Optimizing CAC outcomes: What are you training for?

Nov. 6, 2017 / By Jason Mark

Our team’s last post introduced a metric we call “Coder Variability.” As a quick recap, it is an attempt to measure how much variation there is among coders at a facility. Jessica’s post gives an excellent explanation of the metric, so please refer back to it if you haven’t read it yet. In response to the post, a reader submitted the following question:

“Do you think it’s more appropriate for an institution/practice to implement coding instruction, or should that come from the separate insurance carriers or CMS in general because of the variation in regulations?”

As I thought through the answer to this question, it felt more appropriate to turn it into a quick blog post of its own. 

While the context of the question is around computer-assisted coding (CAC) since CAC is a task that leverages aspects of machine learning, it is really a much broader question that applies to many machine learning/artificial intelligence applications. Every week we see new advances and capabilities for machine learning algorithms. In each case, however, the machine was “taught” by optimizing for a particular outcome (e.g. make as few mistakes in categorizing an image as being a dog or a cat). When it comes to CAC, what outcomes are we trying to optimize? Answering this question can be difficult when evaluating Coder Variability and Recall since organizations have different goals and priorities.

In an ideal world, all coders would receive the exact same training from the exact same source. That would reduce one source of variation in their coding.
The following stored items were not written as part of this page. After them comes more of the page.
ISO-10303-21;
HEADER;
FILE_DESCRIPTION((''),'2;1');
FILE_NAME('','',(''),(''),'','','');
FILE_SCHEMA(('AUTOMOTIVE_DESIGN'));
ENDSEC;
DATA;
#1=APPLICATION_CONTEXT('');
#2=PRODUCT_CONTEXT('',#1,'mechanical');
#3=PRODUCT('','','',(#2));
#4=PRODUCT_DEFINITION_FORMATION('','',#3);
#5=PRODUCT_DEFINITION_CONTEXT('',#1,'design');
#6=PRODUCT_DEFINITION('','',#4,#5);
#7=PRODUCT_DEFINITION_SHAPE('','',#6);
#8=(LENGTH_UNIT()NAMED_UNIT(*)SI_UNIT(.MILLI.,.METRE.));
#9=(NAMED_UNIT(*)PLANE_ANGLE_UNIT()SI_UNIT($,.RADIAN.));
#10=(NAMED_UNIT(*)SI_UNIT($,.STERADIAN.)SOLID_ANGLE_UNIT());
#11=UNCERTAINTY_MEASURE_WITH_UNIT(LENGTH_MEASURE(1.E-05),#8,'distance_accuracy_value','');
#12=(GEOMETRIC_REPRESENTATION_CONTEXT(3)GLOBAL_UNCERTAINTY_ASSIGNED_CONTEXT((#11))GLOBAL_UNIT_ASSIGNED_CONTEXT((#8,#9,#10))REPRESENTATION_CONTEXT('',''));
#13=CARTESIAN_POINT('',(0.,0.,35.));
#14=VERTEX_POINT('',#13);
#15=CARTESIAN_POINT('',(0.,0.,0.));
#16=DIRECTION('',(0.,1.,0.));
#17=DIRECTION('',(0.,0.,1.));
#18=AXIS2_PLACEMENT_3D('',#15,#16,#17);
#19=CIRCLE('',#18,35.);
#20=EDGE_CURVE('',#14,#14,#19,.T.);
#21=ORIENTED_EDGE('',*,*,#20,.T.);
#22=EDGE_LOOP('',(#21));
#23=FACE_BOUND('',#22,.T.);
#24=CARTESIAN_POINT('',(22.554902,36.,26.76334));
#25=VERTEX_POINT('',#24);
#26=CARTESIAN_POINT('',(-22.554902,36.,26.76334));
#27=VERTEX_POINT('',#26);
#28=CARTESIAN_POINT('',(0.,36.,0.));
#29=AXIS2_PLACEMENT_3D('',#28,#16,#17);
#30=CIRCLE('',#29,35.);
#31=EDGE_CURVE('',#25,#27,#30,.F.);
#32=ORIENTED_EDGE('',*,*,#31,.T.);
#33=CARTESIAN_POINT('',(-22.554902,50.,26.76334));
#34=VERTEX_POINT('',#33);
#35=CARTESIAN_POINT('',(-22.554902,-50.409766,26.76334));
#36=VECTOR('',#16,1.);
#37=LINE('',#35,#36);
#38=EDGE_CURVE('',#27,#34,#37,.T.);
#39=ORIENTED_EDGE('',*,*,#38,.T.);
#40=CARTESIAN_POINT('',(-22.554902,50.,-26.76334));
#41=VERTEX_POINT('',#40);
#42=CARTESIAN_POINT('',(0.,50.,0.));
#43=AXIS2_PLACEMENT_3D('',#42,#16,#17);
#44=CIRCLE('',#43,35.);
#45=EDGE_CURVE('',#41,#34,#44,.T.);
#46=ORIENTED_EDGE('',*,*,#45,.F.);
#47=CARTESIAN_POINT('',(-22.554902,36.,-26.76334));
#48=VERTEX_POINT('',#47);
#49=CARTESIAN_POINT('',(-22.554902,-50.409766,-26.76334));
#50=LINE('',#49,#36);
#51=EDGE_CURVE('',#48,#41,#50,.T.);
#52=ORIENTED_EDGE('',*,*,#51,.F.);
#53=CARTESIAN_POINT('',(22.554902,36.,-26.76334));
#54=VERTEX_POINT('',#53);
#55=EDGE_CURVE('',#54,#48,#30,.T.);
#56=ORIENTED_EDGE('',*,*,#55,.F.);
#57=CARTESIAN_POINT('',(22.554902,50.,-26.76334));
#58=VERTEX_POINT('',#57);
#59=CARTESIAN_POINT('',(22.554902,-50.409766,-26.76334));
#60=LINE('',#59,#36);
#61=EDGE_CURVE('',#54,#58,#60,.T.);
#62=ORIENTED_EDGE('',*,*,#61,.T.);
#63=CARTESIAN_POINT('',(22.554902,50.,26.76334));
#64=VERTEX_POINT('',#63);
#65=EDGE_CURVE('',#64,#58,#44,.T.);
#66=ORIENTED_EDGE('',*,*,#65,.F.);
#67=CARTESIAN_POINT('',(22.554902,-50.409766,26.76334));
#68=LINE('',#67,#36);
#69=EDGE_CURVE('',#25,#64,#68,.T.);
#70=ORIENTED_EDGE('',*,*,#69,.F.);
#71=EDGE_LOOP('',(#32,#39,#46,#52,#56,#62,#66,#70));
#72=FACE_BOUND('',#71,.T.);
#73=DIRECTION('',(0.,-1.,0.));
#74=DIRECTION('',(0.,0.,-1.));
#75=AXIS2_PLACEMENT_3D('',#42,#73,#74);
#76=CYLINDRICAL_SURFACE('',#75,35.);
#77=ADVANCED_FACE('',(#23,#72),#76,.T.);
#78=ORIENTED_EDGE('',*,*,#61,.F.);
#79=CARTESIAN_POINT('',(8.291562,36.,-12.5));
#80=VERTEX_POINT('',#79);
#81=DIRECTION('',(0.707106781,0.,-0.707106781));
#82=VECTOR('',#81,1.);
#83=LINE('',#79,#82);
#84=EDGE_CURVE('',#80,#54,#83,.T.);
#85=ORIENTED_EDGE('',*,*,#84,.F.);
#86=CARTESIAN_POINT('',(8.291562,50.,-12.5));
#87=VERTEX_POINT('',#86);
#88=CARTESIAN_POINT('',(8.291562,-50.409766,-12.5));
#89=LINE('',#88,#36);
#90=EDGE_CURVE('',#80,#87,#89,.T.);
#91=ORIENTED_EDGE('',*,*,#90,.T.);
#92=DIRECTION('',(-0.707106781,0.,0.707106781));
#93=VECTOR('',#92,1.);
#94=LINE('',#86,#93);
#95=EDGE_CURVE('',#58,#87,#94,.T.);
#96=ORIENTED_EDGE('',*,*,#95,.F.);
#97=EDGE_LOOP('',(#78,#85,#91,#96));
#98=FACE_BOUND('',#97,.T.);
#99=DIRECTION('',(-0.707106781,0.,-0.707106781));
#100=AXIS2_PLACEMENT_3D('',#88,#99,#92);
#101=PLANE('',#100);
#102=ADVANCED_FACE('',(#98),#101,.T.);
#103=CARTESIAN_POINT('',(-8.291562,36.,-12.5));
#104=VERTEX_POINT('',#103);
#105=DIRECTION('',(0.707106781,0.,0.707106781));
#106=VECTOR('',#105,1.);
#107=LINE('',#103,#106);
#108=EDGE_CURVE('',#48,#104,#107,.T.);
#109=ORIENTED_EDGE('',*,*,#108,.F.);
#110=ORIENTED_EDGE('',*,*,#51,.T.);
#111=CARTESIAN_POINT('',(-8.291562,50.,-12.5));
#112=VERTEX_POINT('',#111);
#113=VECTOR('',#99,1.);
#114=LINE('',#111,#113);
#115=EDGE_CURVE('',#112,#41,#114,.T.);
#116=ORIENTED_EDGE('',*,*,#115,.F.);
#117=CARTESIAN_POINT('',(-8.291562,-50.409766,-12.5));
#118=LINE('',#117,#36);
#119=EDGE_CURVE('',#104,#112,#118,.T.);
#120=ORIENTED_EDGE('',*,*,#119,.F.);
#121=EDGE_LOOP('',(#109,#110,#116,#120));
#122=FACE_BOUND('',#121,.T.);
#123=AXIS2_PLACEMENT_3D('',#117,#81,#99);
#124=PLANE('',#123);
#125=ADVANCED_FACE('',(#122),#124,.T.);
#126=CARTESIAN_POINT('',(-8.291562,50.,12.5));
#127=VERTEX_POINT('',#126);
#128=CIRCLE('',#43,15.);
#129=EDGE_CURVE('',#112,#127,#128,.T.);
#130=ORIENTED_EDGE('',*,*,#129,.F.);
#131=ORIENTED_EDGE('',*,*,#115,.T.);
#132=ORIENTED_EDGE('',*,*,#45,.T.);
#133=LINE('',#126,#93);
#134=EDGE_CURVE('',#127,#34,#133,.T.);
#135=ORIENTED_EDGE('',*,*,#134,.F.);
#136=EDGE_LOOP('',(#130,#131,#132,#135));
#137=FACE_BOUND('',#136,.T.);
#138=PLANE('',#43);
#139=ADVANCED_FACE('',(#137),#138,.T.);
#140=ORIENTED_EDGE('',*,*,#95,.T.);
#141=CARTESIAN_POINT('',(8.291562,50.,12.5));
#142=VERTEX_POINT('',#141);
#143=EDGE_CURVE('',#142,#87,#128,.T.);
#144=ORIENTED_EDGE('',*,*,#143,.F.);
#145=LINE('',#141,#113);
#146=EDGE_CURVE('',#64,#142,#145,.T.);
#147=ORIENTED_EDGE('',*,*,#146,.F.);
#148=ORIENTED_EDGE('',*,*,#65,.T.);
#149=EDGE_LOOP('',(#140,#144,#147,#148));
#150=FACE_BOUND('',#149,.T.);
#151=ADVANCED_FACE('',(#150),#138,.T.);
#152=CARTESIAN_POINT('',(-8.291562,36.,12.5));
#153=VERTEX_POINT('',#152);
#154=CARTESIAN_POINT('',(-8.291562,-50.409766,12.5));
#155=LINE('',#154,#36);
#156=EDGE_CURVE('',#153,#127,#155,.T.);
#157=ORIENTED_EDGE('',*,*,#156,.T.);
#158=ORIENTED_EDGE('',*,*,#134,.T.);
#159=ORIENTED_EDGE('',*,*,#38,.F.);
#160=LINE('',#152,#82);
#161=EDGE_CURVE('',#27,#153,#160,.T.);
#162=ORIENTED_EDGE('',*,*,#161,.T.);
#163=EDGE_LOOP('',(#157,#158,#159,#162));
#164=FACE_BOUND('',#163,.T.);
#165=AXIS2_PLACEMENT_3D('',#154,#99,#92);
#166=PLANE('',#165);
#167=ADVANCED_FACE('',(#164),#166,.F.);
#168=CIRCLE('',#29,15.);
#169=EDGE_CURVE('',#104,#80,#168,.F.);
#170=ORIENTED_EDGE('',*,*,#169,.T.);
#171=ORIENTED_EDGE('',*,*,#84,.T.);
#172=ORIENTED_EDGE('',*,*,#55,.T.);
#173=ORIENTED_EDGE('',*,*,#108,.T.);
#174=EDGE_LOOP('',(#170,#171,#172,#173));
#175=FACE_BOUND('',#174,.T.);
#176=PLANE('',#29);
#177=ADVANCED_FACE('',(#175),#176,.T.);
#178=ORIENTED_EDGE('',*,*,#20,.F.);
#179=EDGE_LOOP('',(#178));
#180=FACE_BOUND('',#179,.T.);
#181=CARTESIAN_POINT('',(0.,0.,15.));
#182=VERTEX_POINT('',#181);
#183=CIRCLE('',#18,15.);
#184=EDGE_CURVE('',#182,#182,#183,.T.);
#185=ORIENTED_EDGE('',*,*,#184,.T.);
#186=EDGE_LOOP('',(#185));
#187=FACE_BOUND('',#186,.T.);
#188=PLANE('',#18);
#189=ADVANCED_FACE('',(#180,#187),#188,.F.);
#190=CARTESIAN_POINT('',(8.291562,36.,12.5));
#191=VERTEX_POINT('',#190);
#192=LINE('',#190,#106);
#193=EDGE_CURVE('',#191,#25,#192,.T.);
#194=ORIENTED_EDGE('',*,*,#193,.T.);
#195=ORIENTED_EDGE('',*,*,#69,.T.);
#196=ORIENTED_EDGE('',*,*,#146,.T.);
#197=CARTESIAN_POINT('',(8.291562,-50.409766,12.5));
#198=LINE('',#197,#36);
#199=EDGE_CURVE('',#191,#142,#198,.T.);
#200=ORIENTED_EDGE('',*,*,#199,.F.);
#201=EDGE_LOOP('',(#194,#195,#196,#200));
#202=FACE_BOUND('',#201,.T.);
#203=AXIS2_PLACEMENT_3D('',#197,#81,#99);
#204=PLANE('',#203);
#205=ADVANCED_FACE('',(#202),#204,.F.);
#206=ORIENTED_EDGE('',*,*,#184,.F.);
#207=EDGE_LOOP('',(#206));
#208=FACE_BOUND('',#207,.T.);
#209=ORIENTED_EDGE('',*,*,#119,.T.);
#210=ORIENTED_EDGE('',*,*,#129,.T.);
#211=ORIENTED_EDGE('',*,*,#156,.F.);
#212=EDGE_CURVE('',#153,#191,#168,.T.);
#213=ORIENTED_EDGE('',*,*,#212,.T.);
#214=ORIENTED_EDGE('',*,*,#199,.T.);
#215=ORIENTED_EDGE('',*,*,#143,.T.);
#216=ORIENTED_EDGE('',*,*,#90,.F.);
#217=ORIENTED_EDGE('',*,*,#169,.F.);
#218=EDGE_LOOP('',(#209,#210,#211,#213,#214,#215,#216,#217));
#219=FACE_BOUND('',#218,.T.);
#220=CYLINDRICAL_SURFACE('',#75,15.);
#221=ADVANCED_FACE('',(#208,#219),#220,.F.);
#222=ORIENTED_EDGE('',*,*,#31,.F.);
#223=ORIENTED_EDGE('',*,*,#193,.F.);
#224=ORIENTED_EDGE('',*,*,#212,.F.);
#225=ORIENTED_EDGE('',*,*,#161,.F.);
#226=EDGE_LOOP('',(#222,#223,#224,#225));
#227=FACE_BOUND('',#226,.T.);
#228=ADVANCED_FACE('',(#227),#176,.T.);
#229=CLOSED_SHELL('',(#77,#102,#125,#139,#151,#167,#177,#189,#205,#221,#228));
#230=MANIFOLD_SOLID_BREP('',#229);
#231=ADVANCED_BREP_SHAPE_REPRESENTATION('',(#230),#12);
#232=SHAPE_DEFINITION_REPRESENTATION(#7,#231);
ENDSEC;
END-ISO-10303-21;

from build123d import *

# Parameters (mm, degrees)
SKETCH1_R           = 35
SKETCH1_R_2         = 15
BOSS_EXTRUDE1_DEPTH = 50
CUT_EXTRUDE1_START  = -14
CUT_EXTRUDE1_DEPTH  = 14


with BuildPart() as part:
    # Sketch1 → Boss-Extrude1 (new body)
    with BuildSketch(Plane(origin=(0, 0, 0), x_dir=(1, 0, 0), z_dir=(0, 1, 0))):
        with Locations(Location((0, 0, 0), (0, 0, 270))):
            Circle(SKETCH1_R)
        with Locations(Location((0, 0, 0), (0, 0, 270))):
            Circle(SKETCH1_R_2, mode=Mode.SUBTRACT)
    extrude(amount=BOSS_EXTRUDE1_DEPTH)

    # Sketch2 → Cut-Extrude1 (cut)
    with BuildSketch(Plane(origin=(0, 50, 0), x_dir=(1, 0, 0), z_dir=(0, 1, 0)).offset(CUT_EXTRUDE1_START)):
        with BuildLine():
            Line((8.291561976, -12.5), (22.554902269, -26.763340293))
            ThreePointArc((22.554902269, -26.763340293), (0, -35), (-22.554902269, -26.763340293))
            Line((-22.554902269, -26.763340293), (-8.291561976, -12.5))
            ThreePointArc((-8.291561976, -12.5), (0, -15), (8.291561976, -12.5))
        make_face()
    cut_extrude1 = extrude(amount=CUT_EXTRUDE1_DEPTH, mode=Mode.SUBTRACT)

    # Mirror1: Cut-Extrude1 across plane
    add(cut_extrude1.mirror(Plane.XY), mode=Mode.SUBTRACT)


solid = part.part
This would suggest that a more centralized training approach across the industry from CMS, AHIMA, or some equivalent type body is preferred. If the goal is to reduce variation and improve coding consistency, then a single source of “truth” would be the way to go. In the real world, however, there are a plethora of issues that can introduce variation. These occur regardless of where and how training may be delivered, simply because coding is still a human-driven process. Consider the following scenarios:

  • One organization might be extremely focused on a quality measure that depends on coding being as complete and accurate as possible. Another organization might be trying to do as much as they can with fewer resources and therefore focus less on completeness and more on throughput. Different circumstances force organizations to find a balance between “as complete as possible” and “as fast as possible.” 
  • Within an organization, this trade-off occurs between coders and is known as “inter-rater reliability.” For example, an experienced coder might code more quickly than an inexperienced coder. This might be because she knows to ignore certain codes that, in her experience, “don’t matter much” or because she uses more codes from memory. 
  • The same issue can even exist with a single coder on different days, referred to as “intra-rater reliability.” A coder might be in a hurry to leave early or have extra meetings on a given day that cause him or her to rush through coding at a faster pace than typical. 
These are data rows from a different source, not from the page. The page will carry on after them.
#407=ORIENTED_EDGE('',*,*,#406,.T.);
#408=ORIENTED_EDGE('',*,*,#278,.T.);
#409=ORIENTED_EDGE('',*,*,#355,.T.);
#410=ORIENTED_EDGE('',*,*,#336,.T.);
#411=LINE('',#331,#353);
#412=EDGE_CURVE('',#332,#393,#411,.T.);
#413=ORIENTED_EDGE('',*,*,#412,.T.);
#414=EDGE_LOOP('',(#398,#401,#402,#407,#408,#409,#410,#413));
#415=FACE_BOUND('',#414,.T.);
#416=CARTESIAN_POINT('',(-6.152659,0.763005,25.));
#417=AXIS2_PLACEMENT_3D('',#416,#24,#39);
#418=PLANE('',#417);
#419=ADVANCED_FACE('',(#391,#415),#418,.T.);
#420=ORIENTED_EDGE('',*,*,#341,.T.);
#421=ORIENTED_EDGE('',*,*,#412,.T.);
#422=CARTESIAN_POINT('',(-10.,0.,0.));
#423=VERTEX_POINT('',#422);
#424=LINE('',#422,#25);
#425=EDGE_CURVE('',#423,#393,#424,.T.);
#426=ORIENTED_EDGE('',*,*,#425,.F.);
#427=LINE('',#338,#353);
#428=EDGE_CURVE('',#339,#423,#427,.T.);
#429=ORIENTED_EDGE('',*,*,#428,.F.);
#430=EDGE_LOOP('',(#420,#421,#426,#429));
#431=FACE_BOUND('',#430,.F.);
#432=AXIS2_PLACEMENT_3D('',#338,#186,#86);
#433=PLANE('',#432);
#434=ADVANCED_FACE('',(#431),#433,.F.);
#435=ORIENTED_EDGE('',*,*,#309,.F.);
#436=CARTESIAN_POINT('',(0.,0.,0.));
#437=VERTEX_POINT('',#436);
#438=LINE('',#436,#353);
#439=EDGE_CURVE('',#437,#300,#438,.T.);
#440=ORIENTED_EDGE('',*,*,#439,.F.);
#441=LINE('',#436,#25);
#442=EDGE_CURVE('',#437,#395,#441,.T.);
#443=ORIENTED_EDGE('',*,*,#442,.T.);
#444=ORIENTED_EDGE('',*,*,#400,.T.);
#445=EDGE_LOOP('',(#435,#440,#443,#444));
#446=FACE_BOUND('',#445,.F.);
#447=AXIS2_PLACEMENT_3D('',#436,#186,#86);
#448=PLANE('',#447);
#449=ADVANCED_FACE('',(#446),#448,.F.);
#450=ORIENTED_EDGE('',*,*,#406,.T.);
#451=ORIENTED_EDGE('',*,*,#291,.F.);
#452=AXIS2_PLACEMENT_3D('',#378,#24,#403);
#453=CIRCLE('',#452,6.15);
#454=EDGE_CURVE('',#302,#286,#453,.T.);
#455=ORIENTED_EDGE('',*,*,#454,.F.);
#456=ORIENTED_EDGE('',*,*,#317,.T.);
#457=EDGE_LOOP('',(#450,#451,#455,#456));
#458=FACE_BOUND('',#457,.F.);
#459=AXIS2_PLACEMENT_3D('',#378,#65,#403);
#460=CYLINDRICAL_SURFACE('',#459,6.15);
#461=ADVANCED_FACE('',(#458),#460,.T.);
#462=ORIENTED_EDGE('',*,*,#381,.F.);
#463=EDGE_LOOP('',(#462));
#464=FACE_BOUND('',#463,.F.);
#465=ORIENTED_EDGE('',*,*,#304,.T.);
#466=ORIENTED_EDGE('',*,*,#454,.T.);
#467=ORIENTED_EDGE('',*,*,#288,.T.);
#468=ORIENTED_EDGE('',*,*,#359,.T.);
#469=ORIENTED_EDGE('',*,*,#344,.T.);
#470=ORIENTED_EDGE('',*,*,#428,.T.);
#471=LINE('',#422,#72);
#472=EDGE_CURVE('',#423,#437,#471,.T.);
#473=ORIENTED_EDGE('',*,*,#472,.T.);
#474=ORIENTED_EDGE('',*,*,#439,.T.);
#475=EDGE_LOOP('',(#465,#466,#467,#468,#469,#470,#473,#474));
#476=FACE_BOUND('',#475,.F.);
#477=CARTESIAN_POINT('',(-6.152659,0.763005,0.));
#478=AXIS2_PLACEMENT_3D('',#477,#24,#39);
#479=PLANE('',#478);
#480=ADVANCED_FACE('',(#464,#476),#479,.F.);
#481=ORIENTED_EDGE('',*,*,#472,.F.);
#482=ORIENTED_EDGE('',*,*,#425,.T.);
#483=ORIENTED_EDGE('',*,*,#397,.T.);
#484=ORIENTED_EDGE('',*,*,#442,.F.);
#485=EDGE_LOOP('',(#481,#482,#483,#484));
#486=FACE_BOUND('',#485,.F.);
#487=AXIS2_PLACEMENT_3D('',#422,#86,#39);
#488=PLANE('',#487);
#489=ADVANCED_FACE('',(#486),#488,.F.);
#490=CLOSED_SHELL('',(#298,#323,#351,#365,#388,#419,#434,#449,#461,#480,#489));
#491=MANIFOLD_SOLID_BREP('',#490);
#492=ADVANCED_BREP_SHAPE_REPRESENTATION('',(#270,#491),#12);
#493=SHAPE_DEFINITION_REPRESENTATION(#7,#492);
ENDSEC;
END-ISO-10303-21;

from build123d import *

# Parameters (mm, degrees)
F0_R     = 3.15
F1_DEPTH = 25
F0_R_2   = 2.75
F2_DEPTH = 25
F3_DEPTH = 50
Variation can pose an interesting challenge for builders of machine-learning driven applications. For which of the “outcomes” listed above should the system be optimized? Many approaches require training against an answer that is known to be correct, such as “Is this an image of a dog or a cat?” So, should a computer-assisted coding system learn more from Coder A or Coder B? Should it more closely model Coder A on Monday or Coder A on Friday? These variations can be accounted for and reduced to some degree, but once that is done, then the users of the system need to move their behavior in the same direction to create meaningful change. 

Perhaps we’ve gone far afield of the original question, but as is the case with many of our blog posts, we like leaving our readers with more questions to think about.

Jason Mark is manager, Research & Applied Data Science Lab with 3M Health Information Systems.